In the show, one of the longest skits was called “Interrogation,” in which Sherwood had to get Mochrie to confess to a crime by dropping clues without saying the actual crime. The twist was Mochrie didn’t know what he did (since the audience came up with two crimes), where it occurred and the two pieces of evidence he left, while he waited in the lobby. Sherwood asked the audience to come up with suggestions, and try to be as random and unique as possible, so it would be hard for Mochrie to guess.

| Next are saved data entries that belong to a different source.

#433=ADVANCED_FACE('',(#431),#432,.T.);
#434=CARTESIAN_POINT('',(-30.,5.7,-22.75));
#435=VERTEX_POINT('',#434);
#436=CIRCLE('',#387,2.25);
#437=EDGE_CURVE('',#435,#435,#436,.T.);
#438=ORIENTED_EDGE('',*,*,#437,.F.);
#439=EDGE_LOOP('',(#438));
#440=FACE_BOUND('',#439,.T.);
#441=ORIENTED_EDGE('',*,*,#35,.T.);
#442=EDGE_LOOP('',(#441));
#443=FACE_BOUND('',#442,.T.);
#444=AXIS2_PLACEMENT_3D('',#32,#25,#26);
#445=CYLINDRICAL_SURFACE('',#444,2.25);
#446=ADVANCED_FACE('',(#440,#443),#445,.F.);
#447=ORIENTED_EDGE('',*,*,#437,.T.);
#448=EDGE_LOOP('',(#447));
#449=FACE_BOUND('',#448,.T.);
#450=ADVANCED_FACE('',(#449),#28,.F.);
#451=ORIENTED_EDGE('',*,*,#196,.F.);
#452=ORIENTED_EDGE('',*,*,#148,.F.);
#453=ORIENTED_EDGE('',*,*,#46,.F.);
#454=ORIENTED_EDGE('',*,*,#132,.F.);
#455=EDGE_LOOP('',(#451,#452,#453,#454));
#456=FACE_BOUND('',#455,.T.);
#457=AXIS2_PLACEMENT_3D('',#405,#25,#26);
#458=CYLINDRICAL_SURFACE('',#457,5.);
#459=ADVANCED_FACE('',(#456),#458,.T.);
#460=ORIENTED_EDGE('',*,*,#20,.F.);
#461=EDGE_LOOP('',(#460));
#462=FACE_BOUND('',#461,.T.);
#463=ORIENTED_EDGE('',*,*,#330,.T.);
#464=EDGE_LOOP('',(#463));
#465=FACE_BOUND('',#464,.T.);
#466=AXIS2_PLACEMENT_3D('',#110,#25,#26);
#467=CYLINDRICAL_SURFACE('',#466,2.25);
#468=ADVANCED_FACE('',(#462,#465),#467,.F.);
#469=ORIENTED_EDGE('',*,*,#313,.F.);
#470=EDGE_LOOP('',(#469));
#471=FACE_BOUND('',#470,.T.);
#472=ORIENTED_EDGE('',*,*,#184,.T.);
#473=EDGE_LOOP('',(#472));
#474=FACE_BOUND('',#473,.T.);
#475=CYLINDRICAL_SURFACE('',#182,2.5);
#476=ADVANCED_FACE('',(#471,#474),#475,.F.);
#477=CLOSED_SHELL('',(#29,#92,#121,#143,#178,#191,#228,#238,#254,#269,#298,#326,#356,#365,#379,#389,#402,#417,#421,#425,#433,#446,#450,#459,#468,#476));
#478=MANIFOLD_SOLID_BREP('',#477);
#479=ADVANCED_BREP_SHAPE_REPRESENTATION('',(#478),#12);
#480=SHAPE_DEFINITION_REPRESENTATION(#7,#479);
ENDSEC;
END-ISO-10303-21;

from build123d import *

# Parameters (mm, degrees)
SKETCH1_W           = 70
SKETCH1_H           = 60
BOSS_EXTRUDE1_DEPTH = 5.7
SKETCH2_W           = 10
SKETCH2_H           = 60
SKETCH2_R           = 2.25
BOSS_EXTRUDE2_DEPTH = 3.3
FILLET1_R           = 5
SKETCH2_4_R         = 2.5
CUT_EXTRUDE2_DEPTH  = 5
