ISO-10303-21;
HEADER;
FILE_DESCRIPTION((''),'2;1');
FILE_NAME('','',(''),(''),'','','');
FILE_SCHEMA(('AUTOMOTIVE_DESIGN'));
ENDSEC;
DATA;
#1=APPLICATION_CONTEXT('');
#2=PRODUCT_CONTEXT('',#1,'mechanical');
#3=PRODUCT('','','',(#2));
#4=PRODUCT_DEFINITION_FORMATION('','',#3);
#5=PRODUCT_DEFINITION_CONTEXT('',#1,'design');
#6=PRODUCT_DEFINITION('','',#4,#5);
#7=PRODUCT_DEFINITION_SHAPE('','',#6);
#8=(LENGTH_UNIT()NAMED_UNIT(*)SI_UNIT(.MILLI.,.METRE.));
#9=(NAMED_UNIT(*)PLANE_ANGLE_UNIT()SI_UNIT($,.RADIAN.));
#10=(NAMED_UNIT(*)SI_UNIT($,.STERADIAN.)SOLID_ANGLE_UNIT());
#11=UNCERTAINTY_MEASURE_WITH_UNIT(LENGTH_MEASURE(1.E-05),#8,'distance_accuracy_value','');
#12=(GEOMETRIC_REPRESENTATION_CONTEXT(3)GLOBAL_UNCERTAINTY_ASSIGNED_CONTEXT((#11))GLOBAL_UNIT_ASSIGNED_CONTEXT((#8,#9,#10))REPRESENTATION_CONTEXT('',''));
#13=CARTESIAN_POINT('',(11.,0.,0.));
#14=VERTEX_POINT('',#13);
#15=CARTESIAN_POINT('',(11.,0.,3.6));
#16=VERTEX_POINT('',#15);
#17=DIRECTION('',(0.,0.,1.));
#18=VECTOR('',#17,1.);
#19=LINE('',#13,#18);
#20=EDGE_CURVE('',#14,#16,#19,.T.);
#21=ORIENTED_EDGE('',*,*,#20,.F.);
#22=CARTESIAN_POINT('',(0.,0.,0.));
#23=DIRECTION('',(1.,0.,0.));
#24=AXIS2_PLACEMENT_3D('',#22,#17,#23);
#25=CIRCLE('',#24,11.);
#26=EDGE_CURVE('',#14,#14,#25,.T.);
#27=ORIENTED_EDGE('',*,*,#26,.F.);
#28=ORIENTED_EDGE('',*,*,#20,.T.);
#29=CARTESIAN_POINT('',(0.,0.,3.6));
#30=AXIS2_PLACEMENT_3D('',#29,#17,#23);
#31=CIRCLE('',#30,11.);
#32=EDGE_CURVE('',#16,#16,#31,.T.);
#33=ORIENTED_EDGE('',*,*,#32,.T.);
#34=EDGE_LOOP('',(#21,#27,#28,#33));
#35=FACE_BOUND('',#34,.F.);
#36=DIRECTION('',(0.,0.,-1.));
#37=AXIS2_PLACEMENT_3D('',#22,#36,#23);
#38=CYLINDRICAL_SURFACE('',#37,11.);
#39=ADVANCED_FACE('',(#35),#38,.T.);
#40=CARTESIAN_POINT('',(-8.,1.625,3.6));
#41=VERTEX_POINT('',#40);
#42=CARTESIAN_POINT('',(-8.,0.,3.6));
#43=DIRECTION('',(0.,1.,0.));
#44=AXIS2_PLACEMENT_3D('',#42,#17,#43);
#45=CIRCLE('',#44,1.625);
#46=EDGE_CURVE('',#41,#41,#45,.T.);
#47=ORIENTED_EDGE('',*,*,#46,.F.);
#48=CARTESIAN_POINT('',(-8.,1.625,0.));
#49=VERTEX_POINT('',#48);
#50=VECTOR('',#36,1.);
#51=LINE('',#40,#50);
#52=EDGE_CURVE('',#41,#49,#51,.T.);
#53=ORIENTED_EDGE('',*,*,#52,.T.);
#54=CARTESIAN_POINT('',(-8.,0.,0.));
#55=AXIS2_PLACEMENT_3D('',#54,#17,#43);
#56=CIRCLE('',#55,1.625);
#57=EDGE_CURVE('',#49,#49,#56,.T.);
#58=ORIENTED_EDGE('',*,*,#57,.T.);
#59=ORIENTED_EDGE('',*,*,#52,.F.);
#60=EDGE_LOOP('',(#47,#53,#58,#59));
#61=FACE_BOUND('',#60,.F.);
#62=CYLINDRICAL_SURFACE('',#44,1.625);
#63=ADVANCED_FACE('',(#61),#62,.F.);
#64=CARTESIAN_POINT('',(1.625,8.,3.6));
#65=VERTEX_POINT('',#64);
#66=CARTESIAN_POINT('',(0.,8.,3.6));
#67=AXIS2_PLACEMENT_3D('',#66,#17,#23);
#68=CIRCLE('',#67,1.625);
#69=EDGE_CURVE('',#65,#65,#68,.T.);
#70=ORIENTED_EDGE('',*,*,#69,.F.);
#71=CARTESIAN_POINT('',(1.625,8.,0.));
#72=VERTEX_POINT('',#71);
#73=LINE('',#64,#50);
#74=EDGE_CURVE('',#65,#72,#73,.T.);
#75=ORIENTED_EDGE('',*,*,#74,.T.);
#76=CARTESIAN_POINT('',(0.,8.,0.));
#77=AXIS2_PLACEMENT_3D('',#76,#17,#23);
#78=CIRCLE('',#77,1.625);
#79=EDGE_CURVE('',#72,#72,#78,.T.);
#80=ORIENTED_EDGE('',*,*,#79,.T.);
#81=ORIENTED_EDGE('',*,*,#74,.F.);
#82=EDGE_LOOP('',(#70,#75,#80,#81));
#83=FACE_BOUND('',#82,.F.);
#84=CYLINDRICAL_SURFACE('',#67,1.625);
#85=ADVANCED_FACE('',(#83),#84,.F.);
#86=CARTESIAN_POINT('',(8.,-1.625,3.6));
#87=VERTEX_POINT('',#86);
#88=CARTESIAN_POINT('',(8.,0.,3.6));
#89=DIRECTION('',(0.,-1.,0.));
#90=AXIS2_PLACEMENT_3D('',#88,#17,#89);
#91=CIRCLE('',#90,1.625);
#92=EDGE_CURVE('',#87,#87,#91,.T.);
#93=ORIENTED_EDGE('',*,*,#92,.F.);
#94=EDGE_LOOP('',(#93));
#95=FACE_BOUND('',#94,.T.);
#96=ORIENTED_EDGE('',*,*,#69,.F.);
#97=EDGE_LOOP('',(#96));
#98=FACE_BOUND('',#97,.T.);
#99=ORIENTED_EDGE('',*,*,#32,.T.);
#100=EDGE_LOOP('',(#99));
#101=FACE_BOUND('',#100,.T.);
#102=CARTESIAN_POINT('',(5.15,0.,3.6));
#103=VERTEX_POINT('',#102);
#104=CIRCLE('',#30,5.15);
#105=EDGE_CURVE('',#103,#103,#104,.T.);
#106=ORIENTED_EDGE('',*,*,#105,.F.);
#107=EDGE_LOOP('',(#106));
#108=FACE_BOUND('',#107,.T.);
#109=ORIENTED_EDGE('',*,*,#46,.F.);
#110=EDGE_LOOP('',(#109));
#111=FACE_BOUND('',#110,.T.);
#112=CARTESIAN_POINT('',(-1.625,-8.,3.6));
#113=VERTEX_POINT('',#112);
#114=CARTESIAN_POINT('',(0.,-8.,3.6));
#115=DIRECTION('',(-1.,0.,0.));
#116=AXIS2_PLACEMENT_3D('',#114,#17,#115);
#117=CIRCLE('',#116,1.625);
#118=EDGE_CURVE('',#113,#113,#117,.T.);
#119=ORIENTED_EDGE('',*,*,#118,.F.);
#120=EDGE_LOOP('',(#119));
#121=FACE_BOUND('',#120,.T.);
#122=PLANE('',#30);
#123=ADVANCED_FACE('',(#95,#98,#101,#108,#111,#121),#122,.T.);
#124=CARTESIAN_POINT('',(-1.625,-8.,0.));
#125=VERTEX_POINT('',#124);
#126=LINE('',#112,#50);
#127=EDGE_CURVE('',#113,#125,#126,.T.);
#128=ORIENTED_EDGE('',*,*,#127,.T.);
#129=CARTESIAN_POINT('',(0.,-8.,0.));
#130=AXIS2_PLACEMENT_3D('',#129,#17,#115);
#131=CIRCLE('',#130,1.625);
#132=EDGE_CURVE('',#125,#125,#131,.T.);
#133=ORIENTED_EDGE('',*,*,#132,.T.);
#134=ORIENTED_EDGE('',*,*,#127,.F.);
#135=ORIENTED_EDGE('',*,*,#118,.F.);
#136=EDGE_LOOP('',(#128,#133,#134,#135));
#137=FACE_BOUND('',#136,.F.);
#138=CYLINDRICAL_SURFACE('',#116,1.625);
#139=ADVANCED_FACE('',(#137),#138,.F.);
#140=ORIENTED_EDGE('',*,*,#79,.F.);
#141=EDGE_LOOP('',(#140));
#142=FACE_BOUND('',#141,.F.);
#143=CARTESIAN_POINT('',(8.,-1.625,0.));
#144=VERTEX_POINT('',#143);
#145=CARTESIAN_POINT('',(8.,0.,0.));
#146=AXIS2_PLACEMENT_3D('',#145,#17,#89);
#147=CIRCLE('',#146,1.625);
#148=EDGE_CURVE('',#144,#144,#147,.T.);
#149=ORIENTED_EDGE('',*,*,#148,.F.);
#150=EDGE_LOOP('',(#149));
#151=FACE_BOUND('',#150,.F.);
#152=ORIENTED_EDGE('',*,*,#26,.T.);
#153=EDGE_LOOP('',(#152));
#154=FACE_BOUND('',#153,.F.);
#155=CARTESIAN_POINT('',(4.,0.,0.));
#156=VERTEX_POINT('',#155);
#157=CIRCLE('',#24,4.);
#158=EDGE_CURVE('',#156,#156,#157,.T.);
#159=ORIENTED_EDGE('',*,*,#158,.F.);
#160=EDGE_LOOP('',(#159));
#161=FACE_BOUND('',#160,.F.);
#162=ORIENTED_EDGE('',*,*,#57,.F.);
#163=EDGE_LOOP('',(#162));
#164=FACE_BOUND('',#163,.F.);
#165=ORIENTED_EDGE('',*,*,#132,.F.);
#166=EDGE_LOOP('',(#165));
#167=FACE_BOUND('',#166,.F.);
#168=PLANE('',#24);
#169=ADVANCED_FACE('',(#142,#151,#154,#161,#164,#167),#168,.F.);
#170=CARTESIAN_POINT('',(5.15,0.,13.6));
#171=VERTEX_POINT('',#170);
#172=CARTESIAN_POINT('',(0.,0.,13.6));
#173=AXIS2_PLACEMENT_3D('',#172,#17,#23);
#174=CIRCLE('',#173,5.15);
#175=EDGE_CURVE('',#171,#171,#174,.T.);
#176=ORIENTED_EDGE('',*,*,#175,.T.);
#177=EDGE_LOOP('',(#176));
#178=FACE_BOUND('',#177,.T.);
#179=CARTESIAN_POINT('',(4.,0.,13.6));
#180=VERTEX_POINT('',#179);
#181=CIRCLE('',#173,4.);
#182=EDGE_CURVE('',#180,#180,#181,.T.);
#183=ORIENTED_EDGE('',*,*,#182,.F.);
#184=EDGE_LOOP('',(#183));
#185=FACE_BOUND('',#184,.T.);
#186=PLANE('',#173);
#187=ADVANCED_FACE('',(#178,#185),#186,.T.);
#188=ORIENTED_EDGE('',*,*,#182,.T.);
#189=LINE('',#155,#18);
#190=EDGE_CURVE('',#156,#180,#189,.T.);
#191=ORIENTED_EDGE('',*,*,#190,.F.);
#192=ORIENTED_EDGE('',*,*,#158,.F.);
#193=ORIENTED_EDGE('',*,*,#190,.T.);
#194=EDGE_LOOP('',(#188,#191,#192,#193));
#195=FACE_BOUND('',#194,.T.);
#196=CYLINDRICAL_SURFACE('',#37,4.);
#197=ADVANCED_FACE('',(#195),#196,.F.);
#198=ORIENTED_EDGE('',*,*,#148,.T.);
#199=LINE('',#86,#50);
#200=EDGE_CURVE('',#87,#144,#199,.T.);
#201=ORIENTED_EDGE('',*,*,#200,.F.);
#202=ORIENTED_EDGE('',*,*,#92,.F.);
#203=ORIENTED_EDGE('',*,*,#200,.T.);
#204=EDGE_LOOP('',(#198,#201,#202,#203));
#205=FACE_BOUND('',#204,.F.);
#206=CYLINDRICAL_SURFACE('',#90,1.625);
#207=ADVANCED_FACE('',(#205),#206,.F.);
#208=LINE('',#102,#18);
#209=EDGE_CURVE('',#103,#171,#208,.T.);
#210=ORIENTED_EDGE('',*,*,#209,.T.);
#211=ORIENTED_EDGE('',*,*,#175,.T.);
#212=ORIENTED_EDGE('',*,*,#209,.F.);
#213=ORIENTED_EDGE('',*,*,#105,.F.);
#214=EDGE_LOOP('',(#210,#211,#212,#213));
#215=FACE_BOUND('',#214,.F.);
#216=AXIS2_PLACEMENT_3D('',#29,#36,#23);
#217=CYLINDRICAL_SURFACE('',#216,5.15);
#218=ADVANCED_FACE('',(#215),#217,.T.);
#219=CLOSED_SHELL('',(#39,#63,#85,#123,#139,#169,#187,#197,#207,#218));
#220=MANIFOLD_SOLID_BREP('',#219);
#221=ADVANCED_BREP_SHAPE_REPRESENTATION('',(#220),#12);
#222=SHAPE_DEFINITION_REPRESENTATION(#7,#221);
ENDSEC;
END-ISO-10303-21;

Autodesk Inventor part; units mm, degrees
ref_plane "YZ Plane" through (0, 0, 0) normal (1, 0, 0) x (0, 1, 0)
ref_plane "XZ Plane" through (0, 0, 0) normal (0, 1, 0) x (-1, 0, 0)
ref_plane "XY Plane" through (0, 0, 0) normal (0, 0, 1) x (1, 0, 0)
sketch "Sketch1" plane through (0, 0, 0) normal (0, 0, 1) x (1, 0, 0)
  circle A0 centre (0, 0) radius 4
  circle A1 centre (0, 0) radius 11
  dimension "d0" = 8
  dimension "d1" = 22
extrude "Extrusion1" add sketch "Sketch1" along normal blind 3.6
sketch "Sketch2" plane through (0, 0, 3.6) normal (0, 0, 1) x (1, 0, 0)
  circle A0 centre (0, 0) radius 4 projected
  circle A1 centre (0, 0) radius 11 projected
  circle A2 centre (0, 0) radius 5.15
  dimension "d4" = 10.3
extrude "Extrusion2" add sketch "Sketch2" along normal blind 10 contours A2
sketch "Sketch3" plane through (0, 0, 3.6) normal (0, 0, 1) x (1, 0, 0)
  circle A0 centre (0, 0) radius 5.15 projected
  circle A1 centre (0, 0) radius 11 projected
  circle A2 centre (0, 8) radius 1.625
  dimension "d7" = 3.25
  dimension "d8" = 8
extrude "Extrusion3" cut sketch "Sketch3" against normal blind 10 contours A2
pattern_circular "Circular Pattern1" count 4 over 360 about axis through (0, 0, 3.6) along (0, 0, 1) of "Extrusion3"
properties part number "00_spindel_slide"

At the end, Mochrie had defeathered a pigeon and spray painted a water tower with a picture of Richard Nixon smoking a bong in Montaña de Oro. He also left behind a fish lasso — something Sherwood said he didn’t know existed — and a Cabbage Patch Kid.

“I can’t believe he guessed Montaña de Oro,” said San Luis Obispo native Steven Simily, who suggested adding Nixon with a bong to the scenario. “That was kind of impressive. Brad kept saying, ‘This is the best gig ever!’ and Colin kept telling him to stop, and that game was the part where it finally caught up to them.”

Sherwood said the San Luis Obispo audience was a “weird wormhole in reality.” During the game, he made comments about how Mochrie was being “as still as a statue,” describing his second crime as “historical, in a Cheech and Chong way.”

One of the hardest parts was trying to get Mochrie to guess Montaña de Oro. Sherwood got him to decode it by breaking it up by syllables and giving him clues based on the syllables.

For instance, “Mon” was described as what Bob Marley would call his male friends. The crowd exploded into applause when Mochrie finally got the word after a lot of heavy sighs and rubbing his face.

The last game performed was described as the most dangerous, because it involved being blindfolded and barefoot while treading across a stage filled with 100 live mouse traps. This created a “veritable minefield” to work in, Sherwood said.

Dubbed the “Alphabet Game,” it consisted of the duo starting each sentence with a word starting with a letter in alphabetical order. The audience unanimously chose the letter ‘Q’ to start and thus began a “very eloquent, screaming Shakespeare play.” Midway through the game, Mochrie removed his blindfold and started tossing live mouse traps at Sherwood, even getting his groin at one point.

“(During the show) I laughed so hard … I was squirming in my chair,” kinesiology senior Erin Best said. “I could not sit still.”

Bob Dawdy of Southern California said he thought Mochrie and Sherwood were presumably intelligent people.

“We were commenting on how bright those guys are to be able to come up with the stuff that they do,” Dawdy said.

Afterward, Mochrie and Sherwood put on matching black and white slippers to sing an improvised farewell.

“We made it up, because we could,” they sang. “We’re just that friggin’ good. We love you, San Luis Nabisco.”